秋儿摇首答道:“我只知蒲之奇此来,暗中藏有什么诡计,是以他们一举一动都有人监视着,连南公子也不例外,此时南公子迁出,反而引起他们起疑,所以陆三爷命秋儿来通知南公子谨防他们,千万不要被蒲之奇利用。
”说着,秋儿忽所觉, 一闪身便掠入花丛中隐去。
南瑞麟亦有所觉,佯作昂首赏月之态。
此时似水月华,泻地成银,园中景物清澈异常,遥望散落在园周宾馆,灯光如画,人声喧哗。
小阎罗蒲之奇在南瑞麟身后丈外,矮树丛中走了出来,面上尚留着一丝狞笑余影。
在蒲之奇对这少年人看法,从福记客栈飞花手陆逢春与南瑞麟相交莫逆情形看来,猜出南瑞麟必是卧龙山庄上宾,他满想从这少年人身上,来施展他本身阴谋。
可是大出不然, 一抵达山庄,竟与自己所料相反,而将他安置在自己一处,无疑问地内中定有蹊跷。
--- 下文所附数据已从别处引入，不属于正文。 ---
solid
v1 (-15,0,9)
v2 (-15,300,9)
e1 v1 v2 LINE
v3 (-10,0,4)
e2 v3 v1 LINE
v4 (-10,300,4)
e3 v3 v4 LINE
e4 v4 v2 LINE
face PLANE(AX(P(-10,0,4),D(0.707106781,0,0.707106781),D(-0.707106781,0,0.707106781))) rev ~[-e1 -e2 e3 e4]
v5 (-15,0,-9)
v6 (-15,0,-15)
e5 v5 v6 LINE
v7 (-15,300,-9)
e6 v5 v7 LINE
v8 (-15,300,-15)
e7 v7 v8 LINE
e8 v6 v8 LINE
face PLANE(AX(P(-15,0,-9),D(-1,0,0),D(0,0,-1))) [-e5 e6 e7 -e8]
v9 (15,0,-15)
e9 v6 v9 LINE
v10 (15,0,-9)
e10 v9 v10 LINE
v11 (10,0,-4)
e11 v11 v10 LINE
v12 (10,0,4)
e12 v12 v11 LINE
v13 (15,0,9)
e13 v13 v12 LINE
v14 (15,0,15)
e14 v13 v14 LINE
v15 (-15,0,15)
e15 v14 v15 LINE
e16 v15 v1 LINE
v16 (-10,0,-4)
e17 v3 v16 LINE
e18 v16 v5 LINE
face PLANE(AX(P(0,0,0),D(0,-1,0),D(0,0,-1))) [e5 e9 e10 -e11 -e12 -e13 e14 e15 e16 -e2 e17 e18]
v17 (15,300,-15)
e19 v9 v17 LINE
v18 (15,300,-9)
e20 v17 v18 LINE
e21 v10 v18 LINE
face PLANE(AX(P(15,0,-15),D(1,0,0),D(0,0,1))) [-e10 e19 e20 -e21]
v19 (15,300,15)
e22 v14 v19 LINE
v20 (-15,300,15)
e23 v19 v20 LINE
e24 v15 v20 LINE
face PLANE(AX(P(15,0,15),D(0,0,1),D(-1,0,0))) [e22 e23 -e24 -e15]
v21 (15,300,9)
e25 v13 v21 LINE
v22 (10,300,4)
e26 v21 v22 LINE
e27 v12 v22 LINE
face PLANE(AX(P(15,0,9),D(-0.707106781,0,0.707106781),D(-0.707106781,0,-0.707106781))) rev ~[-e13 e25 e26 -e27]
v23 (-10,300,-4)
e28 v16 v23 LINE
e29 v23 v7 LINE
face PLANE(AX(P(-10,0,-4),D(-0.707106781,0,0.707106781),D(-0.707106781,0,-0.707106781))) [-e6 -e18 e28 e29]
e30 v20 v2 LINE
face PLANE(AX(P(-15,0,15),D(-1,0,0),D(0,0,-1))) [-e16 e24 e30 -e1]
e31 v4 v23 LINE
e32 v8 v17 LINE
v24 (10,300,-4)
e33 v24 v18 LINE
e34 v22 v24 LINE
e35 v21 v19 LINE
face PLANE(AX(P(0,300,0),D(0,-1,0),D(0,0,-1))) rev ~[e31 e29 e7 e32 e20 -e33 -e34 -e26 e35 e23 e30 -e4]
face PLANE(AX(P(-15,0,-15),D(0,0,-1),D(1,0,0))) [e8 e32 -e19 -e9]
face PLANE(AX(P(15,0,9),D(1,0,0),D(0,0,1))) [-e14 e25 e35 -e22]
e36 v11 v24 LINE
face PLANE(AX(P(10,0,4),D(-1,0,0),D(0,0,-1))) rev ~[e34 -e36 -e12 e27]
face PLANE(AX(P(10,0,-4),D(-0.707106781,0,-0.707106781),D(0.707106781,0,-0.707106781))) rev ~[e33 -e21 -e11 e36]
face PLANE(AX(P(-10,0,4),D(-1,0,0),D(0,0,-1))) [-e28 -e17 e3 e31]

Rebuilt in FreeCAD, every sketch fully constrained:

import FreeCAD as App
import Part
import Sketcher
from FreeCAD import Vector

doc = App.newDocument("Part")
body = doc.addObject("PartDesign::Body", "Body")

# Sketch on XZ plane
sketch1 = body.newObject("Sketcher::SketchObject", "Sketch")
sketch1.AttachmentSupport = (doc.getObject("XZ_Plane"), [""])
sketch1.MapMode = "FlatFace"
sketch1.addGeometry([
    Part.LineSegment(Vector(-15, -9, 0), Vector(-15, -15, 0)),  # 0
    Part.LineSegment(Vector(-15, -15, 0), Vector(15, -15, 0)),  # 1
    Part.LineSegment(Vector(15, -15, 0), Vector(15, -9, 0)),  # 2
    Part.LineSegment(Vector(15, -9, 0), Vector(10, -4, 0)),  # 3
    Part.LineSegment(Vector(10, -4, 0), Vector(10, 4, 0)),  # 4
    Part.LineSegment(Vector(10, 4, 0), Vector(15, 9, 0)),  # 5
    Part.LineSegment(Vector(15, 9, 0), Vector(15, 15, 0)),  # 6
    Part.LineSegment(Vector(15, 15, 0), Vector(-15, 15, 0)),  # 7
    Part.LineSegment(Vector(-15, 15, 0), Vector(-15, 9, 0)),  # 8
    Part.LineSegment(Vector(-15, 9, 0), Vector(-10, 4, 0)),  # 9
    Part.LineSegment(Vector(-10, 4, 0), Vector(-10, -4, 0)),  # 10
    Part.LineSegment(Vector(-10, -4, 0), Vector(-15, -9, 0)),  # 11
], False)
sketch1.addConstraint([
    Sketcher.Constraint("Coincident", 0, 2, 1, 1),
    Sketcher.Constraint("Coincident", 1, 2, 2, 1),
    Sketcher.Constraint("Coincident", 2, 2, 3, 1),
    Sketcher.Constraint("Coincident", 3, 2, 4, 1),
    Sketcher.Constraint("Coincident", 4, 2, 5, 1),
    Sketcher.Constraint("Coincident", 5, 2, 6, 1),
    Sketcher.Constraint("Coincident", 6, 2, 7, 1),
    Sketcher.Constraint("Coincident", 7, 2, 8, 1),
    Sketcher.Constraint("Coincident", 8, 2, 9, 1),
    Sketcher.Constraint("Coincident", 9, 2, 10, 1),
    Sketcher.Constraint("Coincident", 10, 2, 11, 1),
    Sketcher.Constraint("Coincident", 11, 2, 0, 1),
    Sketcher.Constraint("Vertical", 0),
    Sketcher.Constraint("Horizontal", 1),
    Sketcher.Constraint("Vertical", 2),
    Sketcher.Constraint("Vertical", 4),
    Sketcher.Constraint("Vertical", 6),
    Sketcher.Constraint("Horizontal", 7),
    Sketcher.Constraint("Vertical", 8),
    Sketcher.Constraint("Vertical", 10),
    Sketcher.Constraint("Symmetric", 0, 2, 6, 2, -1, 1),
    Sketcher.Constraint("Symmetric", 2, 2, 8, 2, -1, 1),
    Sketcher.Constraint("Symmetric", 3, 2, 9, 2, -1, 1),
    Sketcher.Constraint("Symmetric", 5, 2, 8, 2, -2),
    Sketcher.Constraint("Perpendicular", 3, 5),
    Sketcher.Constraint("Perpendicular", 9, 11),
    Sketcher.Constraint("Horizontal", 4, 2, 9, 2),
    Sketcher.Constraint("Horizontal", 3, 2, 10, 2),
    Sketcher.Constraint("DistanceX", -1, 1, 3, 2, 10.0),
    Sketcher.Constraint("DistanceX", 1, 1, 1, 2, 30.0),
    Sketcher.Constraint("DistanceY", 0, 2, 0, 1, 6.0),
    Sketcher.Constraint("DistanceY", 4, 1, 4, 2, 8.0),
])
pad1 = body.newObject("PartDesign::Pad", "Pad")
pad1.Profile = sketch1
pad1.Length = 300
pad1.Reversed = True

doc.recompute()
“只怕是飞花手陆逢春有意安排他来监视自己吧?”他恍然大悟,当然在三间小轩周围,卧龙山庄暗桩密布,怎逃得出他的眼下,他认定了南瑞麟必是樊稚爪牙,何况南瑞麟可是陆逢春师叔,不禁暗暗咬牙。于是他暗随着南瑞麟身后,好探清底细。
此刻见小童与南瑞麟低声密语,越发证实了小阎罗蒲之奇的疑心。
他又怎么想到自己身后,又有人蹑踪呢?
飞花手陆逢春人最深沉机智,与小阎罗蒲之奇两人,都是个中能手,瑜亮并称,他对南瑞麟蛋赌解厄保全威名一事,铭感于心,可是他不能以私恩害及卧龙山庄,因为他也没瞧出南瑞麟是何来历。
虽然他从南瑞麟口中获悉,这少年是赴庄主二位掌珠所约来的,但又未必这少年也是腹中藏有阴谋,藉机进身,这关系太大了,不得不有所预防。
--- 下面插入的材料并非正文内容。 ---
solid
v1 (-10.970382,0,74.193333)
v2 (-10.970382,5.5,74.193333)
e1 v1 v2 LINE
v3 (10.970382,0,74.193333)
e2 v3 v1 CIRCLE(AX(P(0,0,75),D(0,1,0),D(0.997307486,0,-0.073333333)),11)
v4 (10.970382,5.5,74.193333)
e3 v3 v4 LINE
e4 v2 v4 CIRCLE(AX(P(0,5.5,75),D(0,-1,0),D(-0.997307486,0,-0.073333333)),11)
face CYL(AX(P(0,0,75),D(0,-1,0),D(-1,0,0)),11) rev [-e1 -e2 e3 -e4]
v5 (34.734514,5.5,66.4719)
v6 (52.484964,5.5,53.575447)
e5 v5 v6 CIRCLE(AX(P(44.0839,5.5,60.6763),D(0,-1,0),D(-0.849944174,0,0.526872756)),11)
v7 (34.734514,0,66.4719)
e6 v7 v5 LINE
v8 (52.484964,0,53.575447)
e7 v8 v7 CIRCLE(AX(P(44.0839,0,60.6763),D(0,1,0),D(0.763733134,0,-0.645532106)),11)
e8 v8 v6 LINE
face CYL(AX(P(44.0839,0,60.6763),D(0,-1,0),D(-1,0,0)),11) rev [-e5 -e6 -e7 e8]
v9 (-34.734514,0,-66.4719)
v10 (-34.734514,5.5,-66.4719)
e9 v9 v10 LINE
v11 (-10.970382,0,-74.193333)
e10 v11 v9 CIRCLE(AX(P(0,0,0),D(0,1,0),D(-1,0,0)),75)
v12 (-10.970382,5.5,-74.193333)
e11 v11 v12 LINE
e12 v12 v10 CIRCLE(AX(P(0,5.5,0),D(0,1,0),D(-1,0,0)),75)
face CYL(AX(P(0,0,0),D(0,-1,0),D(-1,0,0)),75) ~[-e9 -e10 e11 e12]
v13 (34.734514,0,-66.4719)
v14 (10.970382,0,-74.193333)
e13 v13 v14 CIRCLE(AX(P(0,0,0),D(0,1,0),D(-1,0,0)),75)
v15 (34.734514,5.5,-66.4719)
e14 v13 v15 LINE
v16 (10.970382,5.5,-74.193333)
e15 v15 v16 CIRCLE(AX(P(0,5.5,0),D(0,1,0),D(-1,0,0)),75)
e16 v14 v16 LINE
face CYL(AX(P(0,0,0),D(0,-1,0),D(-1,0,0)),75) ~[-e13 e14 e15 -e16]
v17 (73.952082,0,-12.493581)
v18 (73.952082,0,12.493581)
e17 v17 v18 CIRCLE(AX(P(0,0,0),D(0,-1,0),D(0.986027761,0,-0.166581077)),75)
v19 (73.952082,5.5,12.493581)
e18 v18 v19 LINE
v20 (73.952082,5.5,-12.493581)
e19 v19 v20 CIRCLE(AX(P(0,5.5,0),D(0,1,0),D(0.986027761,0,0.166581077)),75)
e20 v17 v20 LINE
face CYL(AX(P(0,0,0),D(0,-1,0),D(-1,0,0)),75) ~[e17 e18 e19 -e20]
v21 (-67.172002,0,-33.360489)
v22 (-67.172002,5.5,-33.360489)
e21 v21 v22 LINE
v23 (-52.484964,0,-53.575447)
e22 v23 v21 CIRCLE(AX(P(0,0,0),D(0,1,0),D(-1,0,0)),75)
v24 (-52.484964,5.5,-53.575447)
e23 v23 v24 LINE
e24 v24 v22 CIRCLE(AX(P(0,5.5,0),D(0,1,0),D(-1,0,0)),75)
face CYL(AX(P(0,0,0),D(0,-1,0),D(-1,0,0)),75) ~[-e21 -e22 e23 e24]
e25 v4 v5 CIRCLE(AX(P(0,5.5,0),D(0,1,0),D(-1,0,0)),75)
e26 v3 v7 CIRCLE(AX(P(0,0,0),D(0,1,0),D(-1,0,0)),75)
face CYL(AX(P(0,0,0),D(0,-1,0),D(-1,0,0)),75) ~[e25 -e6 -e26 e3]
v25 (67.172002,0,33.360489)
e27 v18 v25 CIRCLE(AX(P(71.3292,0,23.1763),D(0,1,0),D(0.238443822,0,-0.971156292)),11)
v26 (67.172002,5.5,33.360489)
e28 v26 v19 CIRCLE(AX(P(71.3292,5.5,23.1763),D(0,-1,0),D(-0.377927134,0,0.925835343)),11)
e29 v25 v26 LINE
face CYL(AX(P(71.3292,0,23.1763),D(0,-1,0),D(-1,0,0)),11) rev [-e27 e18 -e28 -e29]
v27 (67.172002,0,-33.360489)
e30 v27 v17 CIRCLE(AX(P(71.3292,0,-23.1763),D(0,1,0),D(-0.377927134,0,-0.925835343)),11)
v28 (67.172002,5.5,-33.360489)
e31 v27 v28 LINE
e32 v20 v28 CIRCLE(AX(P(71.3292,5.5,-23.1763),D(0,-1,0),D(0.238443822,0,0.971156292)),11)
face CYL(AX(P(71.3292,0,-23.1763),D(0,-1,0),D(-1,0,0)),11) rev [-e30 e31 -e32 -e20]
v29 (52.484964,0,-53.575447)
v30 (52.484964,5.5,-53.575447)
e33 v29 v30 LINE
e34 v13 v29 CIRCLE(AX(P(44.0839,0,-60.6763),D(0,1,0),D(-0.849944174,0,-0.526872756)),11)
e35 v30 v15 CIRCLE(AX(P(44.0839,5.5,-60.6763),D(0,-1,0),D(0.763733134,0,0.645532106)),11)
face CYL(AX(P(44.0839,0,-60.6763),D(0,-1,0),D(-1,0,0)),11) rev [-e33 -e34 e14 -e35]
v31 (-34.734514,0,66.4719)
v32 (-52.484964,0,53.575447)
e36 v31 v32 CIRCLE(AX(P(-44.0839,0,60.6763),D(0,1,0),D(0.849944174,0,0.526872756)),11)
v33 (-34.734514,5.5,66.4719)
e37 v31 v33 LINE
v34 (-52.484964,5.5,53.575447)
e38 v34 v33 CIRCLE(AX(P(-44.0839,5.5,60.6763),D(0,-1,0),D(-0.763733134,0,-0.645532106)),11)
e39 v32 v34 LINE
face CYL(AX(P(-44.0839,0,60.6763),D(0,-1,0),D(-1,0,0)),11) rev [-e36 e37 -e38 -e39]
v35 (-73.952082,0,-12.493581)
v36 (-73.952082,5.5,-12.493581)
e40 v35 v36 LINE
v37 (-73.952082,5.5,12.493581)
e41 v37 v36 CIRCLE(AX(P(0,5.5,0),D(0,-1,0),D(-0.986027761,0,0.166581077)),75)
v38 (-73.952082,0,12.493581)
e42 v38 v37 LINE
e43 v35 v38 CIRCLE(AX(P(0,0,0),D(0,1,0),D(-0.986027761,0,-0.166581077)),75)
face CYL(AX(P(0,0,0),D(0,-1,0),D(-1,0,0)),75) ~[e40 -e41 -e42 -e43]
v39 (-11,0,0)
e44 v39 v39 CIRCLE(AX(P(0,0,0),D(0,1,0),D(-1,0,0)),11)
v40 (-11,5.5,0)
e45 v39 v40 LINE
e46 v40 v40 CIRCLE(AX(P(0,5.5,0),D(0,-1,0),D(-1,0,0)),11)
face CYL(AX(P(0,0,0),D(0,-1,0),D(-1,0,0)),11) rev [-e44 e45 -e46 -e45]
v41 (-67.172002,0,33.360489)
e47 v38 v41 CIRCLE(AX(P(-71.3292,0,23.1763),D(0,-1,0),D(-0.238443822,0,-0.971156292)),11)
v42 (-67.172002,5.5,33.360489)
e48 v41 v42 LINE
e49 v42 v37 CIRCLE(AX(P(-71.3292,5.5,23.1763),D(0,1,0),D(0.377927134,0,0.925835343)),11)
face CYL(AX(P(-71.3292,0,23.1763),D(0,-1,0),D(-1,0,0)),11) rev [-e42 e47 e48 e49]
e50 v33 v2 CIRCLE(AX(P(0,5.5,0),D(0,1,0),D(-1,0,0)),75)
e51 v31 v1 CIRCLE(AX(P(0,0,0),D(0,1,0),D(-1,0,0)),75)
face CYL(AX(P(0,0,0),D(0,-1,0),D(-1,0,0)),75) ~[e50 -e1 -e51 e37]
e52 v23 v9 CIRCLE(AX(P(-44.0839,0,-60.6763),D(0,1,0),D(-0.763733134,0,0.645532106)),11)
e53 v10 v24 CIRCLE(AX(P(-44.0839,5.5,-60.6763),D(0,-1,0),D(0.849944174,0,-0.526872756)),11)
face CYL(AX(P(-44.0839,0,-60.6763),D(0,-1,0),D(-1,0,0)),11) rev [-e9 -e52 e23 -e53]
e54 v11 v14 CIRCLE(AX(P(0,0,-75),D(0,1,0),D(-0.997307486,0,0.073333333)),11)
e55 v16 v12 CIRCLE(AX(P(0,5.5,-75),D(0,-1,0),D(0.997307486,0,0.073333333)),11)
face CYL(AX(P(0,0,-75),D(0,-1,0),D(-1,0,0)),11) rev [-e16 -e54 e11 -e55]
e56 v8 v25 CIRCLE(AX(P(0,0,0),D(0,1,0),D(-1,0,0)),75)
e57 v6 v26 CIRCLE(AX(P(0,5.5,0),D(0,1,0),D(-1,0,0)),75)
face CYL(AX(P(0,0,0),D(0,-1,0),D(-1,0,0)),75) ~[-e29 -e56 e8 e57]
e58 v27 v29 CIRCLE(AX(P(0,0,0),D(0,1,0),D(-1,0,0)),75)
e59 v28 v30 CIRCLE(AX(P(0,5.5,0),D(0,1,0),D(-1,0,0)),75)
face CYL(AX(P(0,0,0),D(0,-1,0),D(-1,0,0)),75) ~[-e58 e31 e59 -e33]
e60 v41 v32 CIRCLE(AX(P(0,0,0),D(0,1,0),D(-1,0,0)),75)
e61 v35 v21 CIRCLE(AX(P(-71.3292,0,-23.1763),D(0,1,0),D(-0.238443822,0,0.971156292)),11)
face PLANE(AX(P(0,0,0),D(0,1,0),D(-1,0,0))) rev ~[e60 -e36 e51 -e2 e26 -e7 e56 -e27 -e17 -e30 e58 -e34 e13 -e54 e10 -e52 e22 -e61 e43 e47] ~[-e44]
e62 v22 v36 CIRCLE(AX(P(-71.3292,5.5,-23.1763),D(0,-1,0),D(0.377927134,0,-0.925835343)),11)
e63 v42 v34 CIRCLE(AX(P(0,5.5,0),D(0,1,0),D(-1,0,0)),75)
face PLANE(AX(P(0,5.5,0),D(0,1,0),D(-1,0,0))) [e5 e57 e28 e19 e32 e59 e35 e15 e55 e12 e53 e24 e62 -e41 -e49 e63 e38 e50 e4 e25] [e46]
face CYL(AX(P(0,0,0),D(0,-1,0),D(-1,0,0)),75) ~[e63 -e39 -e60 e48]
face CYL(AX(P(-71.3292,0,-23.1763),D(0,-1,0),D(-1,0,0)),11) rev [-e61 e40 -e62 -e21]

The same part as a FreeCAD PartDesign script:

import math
import FreeCAD as App
import Part
import Sketcher
from FreeCAD import Vector
Q = App.Units.Quantity

doc = App.newDocument("Part")
body = doc.addObject("PartDesign::Body", "Body")

# Sketch on XZ plane
sketch1 = body.newObject("Sketcher::SketchObject", "Sketch")
sketch1.AttachmentSupport = (doc.getObject("XZ_Plane"), [""])
sketch1.MapMode = "FlatFace"
sketch1.addGeometry([
    Part.ArcOfCircle(Part.Circle(Vector(-71, 23, 0), Vector(0, 0, 1), 11), math.radians(-104), math.radians(68)),  # 0
    Part.ArcOfCircle(Part.Circle(Vector(0, 0, 0), Vector(0, 0, 1), 75), math.radians(134.41), math.radians(153.59)),  # 1
    Part.ArcOfCircle(Part.Circle(Vector(-44, 61, 0), Vector(0, 0, 1), 11), math.radians(-140), math.radians(32)),  # 2
    Part.ArcOfCircle(Part.Circle(Vector(0, 0, 0), Vector(0, 0, 1), 75), math.radians(98.41), math.radians(117.59)),  # 3
    Part.ArcOfCircle(Part.Circle(Vector(0, 75, 0), Vector(0, 0, 1), 11), math.radians(-176), math.radians(-4)),  # 4
    Part.ArcOfCircle(Part.Circle(Vector(0, 0, 0), Vector(0, 0, 1), 75), math.radians(62.41), math.radians(81.59)),  # 5
    Part.ArcOfCircle(Part.Circle(Vector(44, 61, 0), Vector(0, 0, 1), 11), math.radians(148), math.radians(320)),  # 6
    Part.ArcOfCircle(Part.Circle(Vector(0, 0, 0), Vector(0, 0, 1), 75), math.radians(26.41), math.radians(45.59)),  # 7
    Part.ArcOfCircle(Part.Circle(Vector(71, 23, 0), Vector(0, 0, 1), 11), math.radians(112), math.radians(284)),  # 8
    Part.ArcOfCircle(Part.Circle(Vector(0, 0, 0), Vector(0, 0, 1), 75), math.radians(-9.59), math.radians(9.59)),  # 9
    Part.ArcOfCircle(Part.Circle(Vector(71, -23, 0), Vector(0, 0, 1), 11), math.radians(76), math.radians(248)),  # 10
    Part.ArcOfCircle(Part.Circle(Vector(0, 0, 0), Vector(0, 0, 1), 75), math.radians(-45.59), math.radians(-26.41)),  # 11
    Part.ArcOfCircle(Part.Circle(Vector(44, -61, 0), Vector(0, 0, 1), 11), math.radians(40), math.radians(212)),  # 12
    Part.ArcOfCircle(Part.Circle(Vector(0, 0, 0), Vector(0, 0, 1), 75), math.radians(-81.59), math.radians(-62.41)),  # 13
    Part.ArcOfCircle(Part.Circle(Vector(0, -75, 0), Vector(0, 0, 1), 11), math.radians(4), math.radians(176)),  # 14
    Part.ArcOfCircle(Part.Circle(Vector(0, 0, 0), Vector(0, 0, 1), 75), math.radians(-117.59), math.radians(-98.41)),  # 15
    Part.ArcOfCircle(Part.Circle(Vector(-44, -61, 0), Vector(0, 0, 1), 11), math.radians(-32), math.radians(140)),  # 16
    Part.ArcOfCircle(Part.Circle(Vector(0, 0, 0), Vector(0, 0, 1), 75), math.radians(-153.59), math.radians(-134.41)),  # 17
    Part.ArcOfCircle(Part.Circle(Vector(-71, -23, 0), Vector(0, 0, 1), 11), math.radians(-68), math.radians(104)),  # 18
    Part.ArcOfCircle(Part.Circle(Vector(0, 0, 0), Vector(0, 0, 1), 75), math.radians(170.41), math.radians(189.59)),  # 19
    Part.Circle(Vector(0, 0, 0), Vector(0, 0, 1), 11),  # 20
], False)
sketch1.addConstraint([
    Sketcher.Constraint("Coincident", 0, 2, 1, 2),
    Sketcher.Constraint("Coincident", 1, 1, 2, 1),
    Sketcher.Constraint("Coincident", 2, 2, 3, 2),
    Sketcher.Constraint("Coincident", 3, 1, 4, 1),
    Sketcher.Constraint("Coincident", 4, 2, 5, 2),
    Sketcher.Constraint("Coincident", 5, 1, 6, 1),
    Sketcher.Constraint("Coincident", 6, 2, 7, 2),
    Sketcher.Constraint("Coincident", 7, 1, 8, 1),
    Sketcher.Constraint("Coincident", 8, 2, 9, 2),
    Sketcher.Constraint("Coincident", 9, 1, 10, 1),
    Sketcher.Constraint("Coincident", 10, 2, 11, 2),
    Sketcher.Constraint("Coincident", 11, 1, 12, 1),
    Sketcher.Constraint("Coincident", 12, 2, 13, 2),
    Sketcher.Constraint("Coincident", 13, 1, 14, 1),
    Sketcher.Constraint("Coincident", 14, 2, 15, 2),
    Sketcher.Constraint("Coincident", 15, 1, 16, 1),
    Sketcher.Constraint("Coincident", 16, 2, 17, 2),
    Sketcher.Constraint("Coincident", 17, 1, 18, 1),
    Sketcher.Constraint("Coincident", 18, 2, 19, 2),
    Sketcher.Constraint("Coincident", 19, 1, 0, 1),
    Sketcher.Constraint("Coincident", 1, 3, -1, 1),
    Sketcher.Constraint("Coincident", 3, 3, -1, 1),
    Sketcher.Constraint("Coincident", 5, 3, -1, 1),
    Sketcher.Constraint("Coincident", 7, 3, -1, 1),
    Sketcher.Constraint("Coincident", 9, 3, -1, 1),
    Sketcher.Constraint("Coincident", 11, 3, -1, 1),
    Sketcher.Constraint("Coincident", 13, 3, -1, 1),
    Sketcher.Constraint("Coincident", 15, 3, -1, 1),
    Sketcher.Constraint("Coincident", 17, 3, -1, 1),
    Sketcher.Constraint("Coincident", 19, 3, -1, 1),
    Sketcher.Constraint("Coincident", 20, 3, -1, 1),
    Sketcher.Constraint("Equal", 0, 2),
    Sketcher.Constraint("Equal", 1, 3),
    Sketcher.Constraint("Equal", 2, 4),
    Sketcher.Constraint("Equal", 3, 5),
    Sketcher.Constraint("Equal", 4, 6),
    Sketcher.Constraint("Equal", 5, 7),
    Sketcher.Constraint("Equal", 6, 8),
    Sketcher.Constraint("Equal", 7, 9),
    Sketcher.Constraint("Equal", 8, 10),
    Sketcher.Constraint("Equal", 9, 11),
    Sketcher.Constraint("Equal", 10, 12),
    Sketcher.Constraint("Equal", 11, 13),
    Sketcher.Constraint("Equal", 12, 14),
    Sketcher.Constraint("Equal", 13, 15),
    Sketcher.Constraint("Equal", 14, 16),
    Sketcher.Constraint("Equal", 15, 17),
    Sketcher.Constraint("Equal", 16, 18),
    Sketcher.Constraint("Equal", 17, 19),
    Sketcher.Constraint("Equal", 18, 20),
    Sketcher.Constraint("Symmetric", 0, 3, 10, 3, -1, 1),
    Sketcher.Constraint("Symmetric", 2, 3, 12, 3, -1, 1),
因此,他亦未飞报樊氏双妹,有意安排一条诡计,这是对南瑞麟有惊无险的,以测出小阎罗蒲之奇通盘阴谋,不然,他岂不是陷害南瑞麟于万劫不复之地,于是他放下了围棋中一角劫棋。
这个劫眼,就是南瑞麟。
世事变幻无常,人为的巧合,在在都是,种种的因素,造成了南瑞麟日后尴尬的局面,可怜他尚不知道。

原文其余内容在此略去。